Fig. 1
Bonny baby
Last time I maintained that one gets fewer compliments in the UK than in the US. But if you're wanting more compliments in the UK (or anywhere, probably), I have a simple solution. Have a baby.

Not only will you get compliments (well, your baby will, but you're the one who will be expected to reply), they'll probably involve adjectives other than nice and good. And sometimes, they'll even involve BrE-specific adjectives, as happened tonight. Grover and I were watching cars in front of our house this evening, when a sixty-ish man (unknown to us) walked by and said, "Bonny baby!"
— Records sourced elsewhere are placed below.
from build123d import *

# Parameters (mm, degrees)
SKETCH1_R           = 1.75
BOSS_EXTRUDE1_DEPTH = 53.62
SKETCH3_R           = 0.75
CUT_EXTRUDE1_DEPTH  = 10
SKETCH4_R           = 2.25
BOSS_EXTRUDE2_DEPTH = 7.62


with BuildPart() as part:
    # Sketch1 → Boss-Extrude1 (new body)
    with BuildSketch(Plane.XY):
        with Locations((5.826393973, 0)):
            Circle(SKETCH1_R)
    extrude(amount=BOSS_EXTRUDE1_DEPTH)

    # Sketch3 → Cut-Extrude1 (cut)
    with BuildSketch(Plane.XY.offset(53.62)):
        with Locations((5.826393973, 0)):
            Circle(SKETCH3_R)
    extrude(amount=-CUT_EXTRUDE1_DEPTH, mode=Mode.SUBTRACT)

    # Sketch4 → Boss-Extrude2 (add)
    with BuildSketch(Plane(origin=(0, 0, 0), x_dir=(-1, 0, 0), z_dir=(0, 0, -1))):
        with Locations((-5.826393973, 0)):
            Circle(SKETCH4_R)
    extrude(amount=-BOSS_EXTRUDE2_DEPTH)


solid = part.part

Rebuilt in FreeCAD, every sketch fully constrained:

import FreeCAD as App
import Part
import Sketcher

V = App.Vector
Q = App.Units.Quantity

doc = App.newDocument("Part")
body = doc.addObject("PartDesign::Body", "Body")

# Sketch on XY plane
sketch1 = body.newObject("Sketcher::SketchObject", "Sketch")
sketch1.AttachmentSupport = (doc.getObject("XY_Plane"), [""])
sketch1.MapMode = "FlatFace"
sketch1.addGeometry(Part.Circle(V(5.8, 0, 0), V(0, 0, 1), 1.8), False)
sketch1.addConstraint([
    Sketcher.Constraint("PointOnObject", 0, 3, -1),
    Sketcher.Constraint("Diameter", 0, Q("3.5 mm")),
    Sketcher.Constraint("DistanceX", -1, 1, 0, 3, Q("5.826394 mm")),
])
pad1 = body.newObject("PartDesign::Pad", "Pad")
pad1.Profile = sketch1
pad1.Length = 53.62

# Sketch on XY plane
sketch2 = body.newObject("Sketcher::SketchObject", "Sketch001")
sketch2.AttachmentSupport = (doc.getObject("XY_Plane"), [""])
sketch2.MapMode = "FlatFace"
sketch2.AttachmentOffset = App.Placement(V(0, 0, 53.62), App.Rotation())
sketch2.addGeometry(Part.Circle(V(5.8, 0, 0), V(0, 0, 1), 0.8), False)
sketch2.addConstraint([
    Sketcher.Constraint("PointOnObject", 0, 3, -1),
    Sketcher.Constraint("Diameter", 0, Q("1.5 mm")),
    Sketcher.Constraint("DistanceX", -1, 1, 0, 3, Q("5.826394 mm")),
])
pocket1 = body.newObject("PartDesign::Pocket", "Pocket")
pocket1.Profile = sketch2
pocket1.Length = 10

# Sketch on XY plane
sketch3 = body.newObject("Sketcher::SketchObject", "Sketch002")
sketch3.AttachmentSupport = (doc.getObject("XY_Plane"), [""])
sketch3.MapMode = "FlatFace"
sketch3.addGeometry(Part.Circle(V(5.8, 0, 0), V(0, 0, 1), 2.2), False)
sketch3.addConstraint([
    Sketcher.Constraint("PointOnObject", 0, 3, -1),
    Sketcher.Constraint("Diameter", 0, Q("4.5 mm")),
    Sketcher.Constraint("DistanceX", -1, 1, 0, 3, Q("5.826394 mm")),
])
pad2 = body.newObject("PartDesign::Pad", "Pad001")
pad2.Profile = sketch3
pad2.Length = 7.62

doc.recompute()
He sounded like a local southeastern man (from what one could tell from two words), but bonny is a word that conjures up Scotland. Here's what the OED says:

1. Pleasing to the sight, comely, beautiful, expressing homely beauty. Now in common use only in Scotland and north or midland counties of England; occasionally employed, with local or lyrical effect, by English writers, but not a word of ordinary English prose.
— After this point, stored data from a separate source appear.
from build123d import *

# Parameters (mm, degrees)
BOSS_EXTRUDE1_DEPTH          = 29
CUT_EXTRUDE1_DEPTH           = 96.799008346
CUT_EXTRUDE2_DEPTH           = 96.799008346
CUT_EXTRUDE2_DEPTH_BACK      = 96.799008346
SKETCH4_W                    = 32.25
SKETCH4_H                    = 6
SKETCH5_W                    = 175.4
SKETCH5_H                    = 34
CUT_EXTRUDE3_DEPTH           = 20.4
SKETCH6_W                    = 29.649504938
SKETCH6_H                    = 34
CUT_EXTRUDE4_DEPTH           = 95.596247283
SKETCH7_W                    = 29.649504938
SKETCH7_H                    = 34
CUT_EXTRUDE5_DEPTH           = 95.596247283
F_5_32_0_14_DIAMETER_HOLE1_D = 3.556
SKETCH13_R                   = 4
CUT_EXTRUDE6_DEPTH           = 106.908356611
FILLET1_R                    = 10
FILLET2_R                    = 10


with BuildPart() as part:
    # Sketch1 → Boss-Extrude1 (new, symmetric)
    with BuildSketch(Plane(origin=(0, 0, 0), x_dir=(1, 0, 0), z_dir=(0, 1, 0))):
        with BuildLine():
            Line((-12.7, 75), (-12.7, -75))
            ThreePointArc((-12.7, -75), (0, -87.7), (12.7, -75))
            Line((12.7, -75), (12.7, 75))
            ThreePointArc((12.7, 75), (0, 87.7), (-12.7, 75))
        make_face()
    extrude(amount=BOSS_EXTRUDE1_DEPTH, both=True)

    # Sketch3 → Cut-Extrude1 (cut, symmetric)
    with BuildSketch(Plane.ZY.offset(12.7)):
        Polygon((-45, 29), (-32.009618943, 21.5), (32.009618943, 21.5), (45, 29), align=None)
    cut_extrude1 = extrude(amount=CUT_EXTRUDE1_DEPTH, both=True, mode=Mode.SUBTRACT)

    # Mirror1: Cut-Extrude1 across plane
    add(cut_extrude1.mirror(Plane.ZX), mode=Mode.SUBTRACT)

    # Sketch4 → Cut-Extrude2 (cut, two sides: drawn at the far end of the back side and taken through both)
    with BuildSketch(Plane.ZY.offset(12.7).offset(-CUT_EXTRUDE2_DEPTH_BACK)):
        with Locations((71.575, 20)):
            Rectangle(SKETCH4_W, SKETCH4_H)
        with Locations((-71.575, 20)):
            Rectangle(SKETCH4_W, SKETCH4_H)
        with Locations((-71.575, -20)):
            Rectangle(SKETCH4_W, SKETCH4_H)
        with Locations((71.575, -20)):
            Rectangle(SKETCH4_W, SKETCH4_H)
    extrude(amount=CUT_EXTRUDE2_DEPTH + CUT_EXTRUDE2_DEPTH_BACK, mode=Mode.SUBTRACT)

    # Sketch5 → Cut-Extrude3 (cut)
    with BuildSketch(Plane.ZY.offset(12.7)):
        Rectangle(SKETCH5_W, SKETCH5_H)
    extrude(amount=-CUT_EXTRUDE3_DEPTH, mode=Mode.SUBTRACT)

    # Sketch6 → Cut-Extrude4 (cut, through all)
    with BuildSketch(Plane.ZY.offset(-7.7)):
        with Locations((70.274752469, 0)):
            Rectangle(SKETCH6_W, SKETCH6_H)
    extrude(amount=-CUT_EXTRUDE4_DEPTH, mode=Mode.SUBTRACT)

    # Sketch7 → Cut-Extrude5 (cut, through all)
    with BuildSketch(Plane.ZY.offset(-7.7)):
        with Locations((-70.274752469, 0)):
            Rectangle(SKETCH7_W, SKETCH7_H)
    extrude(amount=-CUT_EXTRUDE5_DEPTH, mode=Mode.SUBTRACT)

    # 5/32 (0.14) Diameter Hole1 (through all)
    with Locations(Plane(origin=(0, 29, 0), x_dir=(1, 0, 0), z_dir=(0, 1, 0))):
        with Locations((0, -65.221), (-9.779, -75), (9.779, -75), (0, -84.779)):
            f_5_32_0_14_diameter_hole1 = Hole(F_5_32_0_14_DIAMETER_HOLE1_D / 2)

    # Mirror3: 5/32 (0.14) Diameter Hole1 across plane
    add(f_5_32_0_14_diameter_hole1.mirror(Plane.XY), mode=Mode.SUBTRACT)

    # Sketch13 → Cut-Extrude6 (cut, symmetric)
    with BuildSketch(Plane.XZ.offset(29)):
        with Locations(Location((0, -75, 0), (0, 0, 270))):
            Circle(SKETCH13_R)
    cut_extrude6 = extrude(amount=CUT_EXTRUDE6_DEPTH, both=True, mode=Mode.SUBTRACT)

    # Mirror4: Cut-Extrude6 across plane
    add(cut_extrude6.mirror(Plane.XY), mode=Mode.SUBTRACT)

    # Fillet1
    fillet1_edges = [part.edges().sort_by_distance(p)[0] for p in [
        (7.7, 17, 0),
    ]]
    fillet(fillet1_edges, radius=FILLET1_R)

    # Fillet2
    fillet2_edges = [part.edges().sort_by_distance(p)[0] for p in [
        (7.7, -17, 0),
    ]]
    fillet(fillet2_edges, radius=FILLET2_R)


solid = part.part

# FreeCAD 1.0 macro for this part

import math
import FreeCAD as App
import Part
import Sketcher
Q = App.Units.Quantity


def edges_at(feature, points):
    """Names of the edges that pass closest to the given points."""
    edges = feature.Shape.Edges
    near = lambda p: min(range(len(edges)), key=lambda i: edges[i].distToShape(Part.Vertex(*p))[0])
    return sorted({f"Edge{near(p) + 1}" for p in points})

doc = App.newDocument("Part")
params = doc.addObject("Spreadsheet::Sheet", "Params")
for row, (alias, value) in enumerate([
    ("sketch1_radius", "12.7 mm"),
    ("sketch1_height", "150 mm"),
    ("pad1_length", "58 mm"),
    ("sketch2_height", "90 mm"),
    ("sketch2_length", "15 mm"),
    ("pocket1_length", "193.598017 mm"),
    ("sketch3_width", "6 mm"),
    ("sketch3_height", "32.25 mm"),
    ("sketch4_width", "34 mm"),
    ("sketch4_height", "175.4 mm"),
    ("pocket3_length", "20.4 mm"),
    ("sketch5_width", "34 mm"),
    ("sketch6_width", "34 mm"),
    ("hole_diameter", "3.556 mm"),
    ("sketch8_diameter", "8 mm"),
    ("pocket6_length", "213.816713 mm"),
    ("fillet_radius", "10 mm"),
    ("fillet2_radius", "10 mm"),
], start=1):
    params.set(f"A{row}", alias)
    params.set(f"B{row}", "=" + value)
    params.setAlias(f"B{row}", alias)

body = doc.addObject("PartDesign::Body", "Body")

sketch1 = body.newObject("Sketcher::SketchObject", "Sketch")
sketch1.AttachmentSupport = (doc.getObject("XZ_Plane"), [""])
sketch1.MapMode = "FlatFace"
sketch1.addGeometry([
    Part.LineSegment(App.Vector(-12.7, -75, 0), App.Vector(-12.7, 75, 0)),
    Part.ArcOfCircle(Part.Circle(App.Vector(0, 75, 0), App.Vector(0, 0, 1), 12.7), math.radians(0), math.radians(180)),
    Part.LineSegment(App.Vector(12.7, 75, 0), App.Vector(12.7, -75, 0)),
    Part.ArcOfCircle(Part.Circle(App.Vector(0, -75, 0), App.Vector(0, 0, 1), 12.7), math.radians(180), math.radians(360)),
], False)
sketch1.addConstraint([
    Sketcher.Constraint("Tangent", 0, 2, 1, 2),
    Sketcher.Constraint("Tangent", 1, 1, 2, 1),
    Sketcher.Constraint("Tangent", 2, 2, 3, 2),
    Sketcher.Constraint("Tangent", 3, 1, 0, 1),
    Sketcher.Constraint("Vertical", 0),
    Sketcher.Constraint("Vertical", 2),
    Sketcher.Constraint("Symmetric", 1, 3, 3, 3, -1, 1),
    Sketcher.Constraint("Radius", 1, Q("12.7 mm")),
    Sketcher.Constraint("DistanceY", 0, 1, 0, 2, Q("150 mm")),
])
sketch1.setExpression("Constraints[7]", "Params.sketch1_radius")
sketch1.setExpression("Constraints[8]", "Params.sketch1_height")
pad1 = body.newObject("PartDesign::Pad", "Pad")
pad1.Profile = sketch1
pad1.setExpression("Length", "Params.pad1_length")
pad1.Midplane = True

sketch2 = body.newObject("Sketcher::SketchObject", "Sketch001")
sketch2.AttachmentSupport = (doc.getObject("YZ_Plane"), [""])
sketch2.MapMode = "FlatFace"
sketch2.AttachmentOffset = App.Placement(App.Vector(0, 0, -12.7), App.Rotation())
sketch2.addGeometry([
    Part.LineSegment(App.Vector(29, -45, 0), App.Vector(21.5, -32.009619, 0)),
    Part.LineSegment(App.Vector(21.5, -32.009619, 0), App.Vector(21.5, 32.009619, 0)),
    Part.LineSegment(App.Vector(21.5, 32.009619, 0), App.Vector(29, 45, 0)),
    Part.LineSegment(App.Vector(29, 45, 0), App.Vector(29, -45, 0)),
], False)
sketch2.addConstraint([
    Sketcher.Constraint("Coincident", 0, 2, 1, 1),
    Sketcher.Constraint("Coincident", 1, 2, 2, 1),
    Sketcher.Constraint("Coincident", 2, 2, 3, 1),
    Sketcher.Constraint("Coincident", 3, 2, 0, 1),
    Sketcher.Constraint("Vertical", 1),
    Sketcher.Constraint("Vertical", 3),
    Sketcher.Constraint("Equal", 0, 2),
    Sketcher.Constraint("DistanceY", 3, 2, 3, 1, Q("90 mm")),
    Sketcher.Constraint("Angle", 0, Q("120 deg")),
    Sketcher.Constraint("Distance", 0, Q("15 mm")),
    Sketcher.Constraint("DistanceX", -1, 1, 2, 2, Q("29 mm")),
    Sketcher.Constraint("DistanceY", -1, 1, 2, 2, Q("45 mm")),
])
sketch2.setExpression("Constraints[7]", "Params.sketch2_height")
sketch2.setExpression("Constraints[9]", "Params.sketch2_length")
pocket1 = body.newObject("PartDesign::Pocket", "Pocket")
pocket1.Profile = sketch2
pocket1.setExpression("Length", "Params.pocket1_length")
pocket1.Midplane = True
doc.recompute()

mirrored = body.newObject("PartDesign::Mirrored", "Mirrored")
mirrored.Originals = [pocket1]
mirrored.MirrorPlane = (doc.getObject("XZ_Plane"), [""])
body.Tip = mirrored

sketch3 = body.newObject("Sketcher::SketchObject", "Sketch002")
sketch3.AttachmentSupport = (doc.getObject("YZ_Plane"), [""])
sketch3.MapMode = "FlatFace"
sketch3.AttachmentOffset = App.Placement(App.Vector(0, 0, -12.7), App.Rotation())
sketch3.addGeometry([
    Part.LineSegment(App.Vector(23, 55.45, 0), App.Vector(17, 55.45, 0)),
    Part.LineSegment(App.Vector(17, 55.45, 0), App.Vector(17, 87.7, 0)),
    Part.LineSegment(App.Vector(17, 87.7, 0), App.Vector(23, 87.7, 0)),
    Part.LineSegment(App.Vector(23, 87.7, 0), App.Vector(23, 55.45, 0)),
    Part.LineSegment(App.Vector(23, -87.7, 0), App.Vector(17, -87.7, 0)),
    Part.LineSegment(App.Vector(17, -87.7, 0), App.Vector(17, -55.45, 0)),
    Part.LineSegment(App.Vector(17, -55.45, 0), App.Vector(23, -55.45, 0)),
    Part.LineSegment(App.Vector(23, -55.45, 0), App.Vector(23, -87.7, 0)),
    Part.LineSegment(App.Vector(-17, -87.7, 0), App.Vector(-23, -87.7, 0)),
    Part.LineSegment(App.Vector(-23, -87.7, 0), App.Vector(-23, -55.45, 0)),
    Part.LineSegment(App.Vector(-23, -55.45, 0), App.Vector(-17, -55.45, 0)),
    Part.LineSegment(App.Vector(-17, -55.45, 0), App.Vector(-17, -87.7, 0)),
    Part.LineSegment(App.Vector(-17, 55.45, 0), App.Vector(-23, 55.45, 0)),
    Part.LineSegment(App.Vector(-23, 55.45, 0), App.Vector(-23, 87.7, 0)),
    Part.LineSegment(App.Vector(-23, 87.7, 0), App.Vector(-17, 87.7, 0)),
    Part.LineSegment(App.Vector(-17, 87.7, 0), App.Vector(-17, 55.45, 0)),
], False)
sketch3.addConstraint([
    Sketcher.Constraint("Coincident", 0, 2, 1, 1),
    Sketcher.Constraint("Coincident", 1, 2, 2, 1),
    Sketcher.Constraint("Coincident", 2, 2, 3, 1),
    Sketcher.Constraint("Coincident", 3, 2, 0, 1),
    Sketcher.Constraint("Coincident", 4, 2, 5, 1),
    Sketcher.Constraint("Coincident", 5, 2, 6, 1),
    Sketcher.Constraint("Coincident", 6, 2, 7, 1),
    Sketcher.Constraint("Coincident", 7, 2, 4, 1),
    Sketcher.Constraint("Coincident", 8, 2, 9, 1),
    Sketcher.Constraint("Coincident", 9, 2, 10, 1),
    Sketcher.Constraint("Coincident", 10, 2, 11, 1),
    Sketcher.Constraint("Coincident", 11, 2, 8, 1),
    Sketcher.Constraint("Coincident", 12, 2, 13, 1),
    Sketcher.Constraint("Coincident", 13, 2, 14, 1),
    Sketcher.Constraint("Coincident", 14, 2, 15, 1),
    Sketcher.Constraint("Coincident", 15, 2, 12, 1),
    Sketcher.Constraint("Horizontal", 0),
    Sketcher.Constraint("Vertical", 1),
    Sketcher.Constraint("Horizontal", 2),
    Sketcher.Constraint("Vertical", 3),
    Sketcher.Constraint("Horizontal", 4),
    Sketcher.Constraint("Vertical", 5),
    Sketcher.Constraint("Horizontal", 6),
    Sketcher.Constraint("Vertical", 7),
    Sketcher.Constraint("Horizontal", 8),
    Sketcher.Constraint("Vertical", 9),
    Sketcher.Constraint("Horizontal", 10),
    Sketcher.Constraint("Vertical", 11),
    Sketcher.Constraint("Horizontal", 12),
    Sketcher.Constraint("Vertical", 13),
    Sketcher.Constraint("Horizontal", 14),
    Sketcher.Constraint("Vertical", 15),
    Sketcher.Constraint("Symmetric", 2, 2, 8, 2, -1, 1),
    Sketcher.Constraint("Symmetric", 0, 2, 10, 2, -1, 1),
    Sketcher.Constraint("Symmetric", 6, 2, 12, 2, -1, 1),
    Sketcher.Constraint("Symmetric", 4, 2, 14, 2, -1, 1),
    Sketcher.Constraint("Symmetric", 7, 2, 8, 2, -2),
    Sketcher.Constraint("Symmetric", 5, 2, 10, 2, -2),
    Sketcher.Constraint("DistanceX", 0, 2, 0, 1, Q("6 mm")),
    Sketcher.Constraint("DistanceX", -1, 1, 0, 2, Q("17 mm")),
    Sketcher.Constraint("DistanceY", 1, 1, 1, 2, Q("32.25 mm")),
    Sketcher.Constraint("DistanceY", -1, 1, 1, 2, Q("87.7 mm")),
])
sketch3.setExpression("Constraints[38]", "Params.sketch3_width")
sketch3.setExpression("Constraints[40]", "Params.sketch3_height")
pocket2 = body.newObject("PartDesign::Pocket", "Pocket001")
pocket2.Profile = sketch3
pocket2.Type = "ThroughAll"
pocket2.Midplane = True

sketch4 = body.newObject("Sketcher::SketchObject", "Sketch003")
sketch4.AttachmentSupport = (doc.getObject("YZ_Plane"), [""])
sketch4.MapMode = "FlatFace"
sketch4.AttachmentOffset = App.Placement(App.Vector(0, 0, -12.7), App.Rotation())
sketch4.addGeometry([
    Part.LineSegment(App.Vector(17, -87.7, 0), App.Vector(-17, -87.7, 0)),
    Part.LineSegment(App.Vector(-17, -87.7, 0), App.Vector(-17, 87.7, 0)),
    Part.LineSegment(App.Vector(-17, 87.7, 0), App.Vector(17, 87.7, 0)),
    Part.LineSegment(App.Vector(17, 87.7, 0), App.Vector(17, -87.7, 0)),
], False)
sketch4.addConstraint([
    Sketcher.Constraint("Coincident", 0, 2, 1, 1),
    Sketcher.Constraint("Coincident", 1, 2, 2, 1),
    Sketcher.Constraint("Coincident", 2, 2, 3, 1),
    Sketcher.Constraint("Coincident", 3, 2, 0, 1),
    Sketcher.Constraint("Horizontal", 0),
    Sketcher.Constraint("Vertical", 1),
    Sketcher.Constraint("Horizontal", 2),
    Sketcher.Constraint("Vertical", 3),
    Sketcher.Constraint("Symmetric", 0, 2, 2, 2, -1, 1),
    Sketcher.Constraint("DistanceX", 0, 2, 0, 1, Q("34 mm")),
    Sketcher.Constraint("DistanceY", 1, 1, 1, 2, Q("175.4 mm")),
])
sketch4.setExpression("Constraints[9]", "Params.sketch4_width")
sketch4.setExpression("Constraints[10]", "Params.sketch4_height")
pocket3 = body.newObject("PartDesign::Pocket", "Pocket002")
pocket3.Profile = sketch4
pocket3.setExpression("Length", "Params.pocket3_length")
pocket3.Reversed = True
So, not only do babies elicit compliments, they elicit lyricism! (Or at least particularly gorgeous babies like Grover do.)


  1. Maybe it's a specifically baby thing. In one PG Wodehouse novel set in the south of England ("Uncle Dynamite"), the plot partly hinges on a "bonny babies" competition which several characters are eager to avoid judging (due to the competitive nature of the entrants' managers). I think a bonny babies competition is mentioned in at least one other Wodehouse story too. Maybe your 60-year old friend remembers a time when these events still took place? (Maybe they still do.)

  2. Blyth and bonny indeed.

    Am/E speakers tend to specify gender as a hard rule. Hard on my mom who, after two boys, finally had a daughter - dressed her in pink frilly bonnets, and (since I had no hair) was told what a good baby boy she had.

  3. I first visited the US on a teaching exchange when my son was six months old (had he been born a few days later he would have been classified as too young to fly). Now he is a healthy 16year old taking his exams and getting into all sorts of scrapes - back then he was one of the cutest blonde haired blue eyed babies you have ever seen. :) (See who said we can't do superlatives when we mean them)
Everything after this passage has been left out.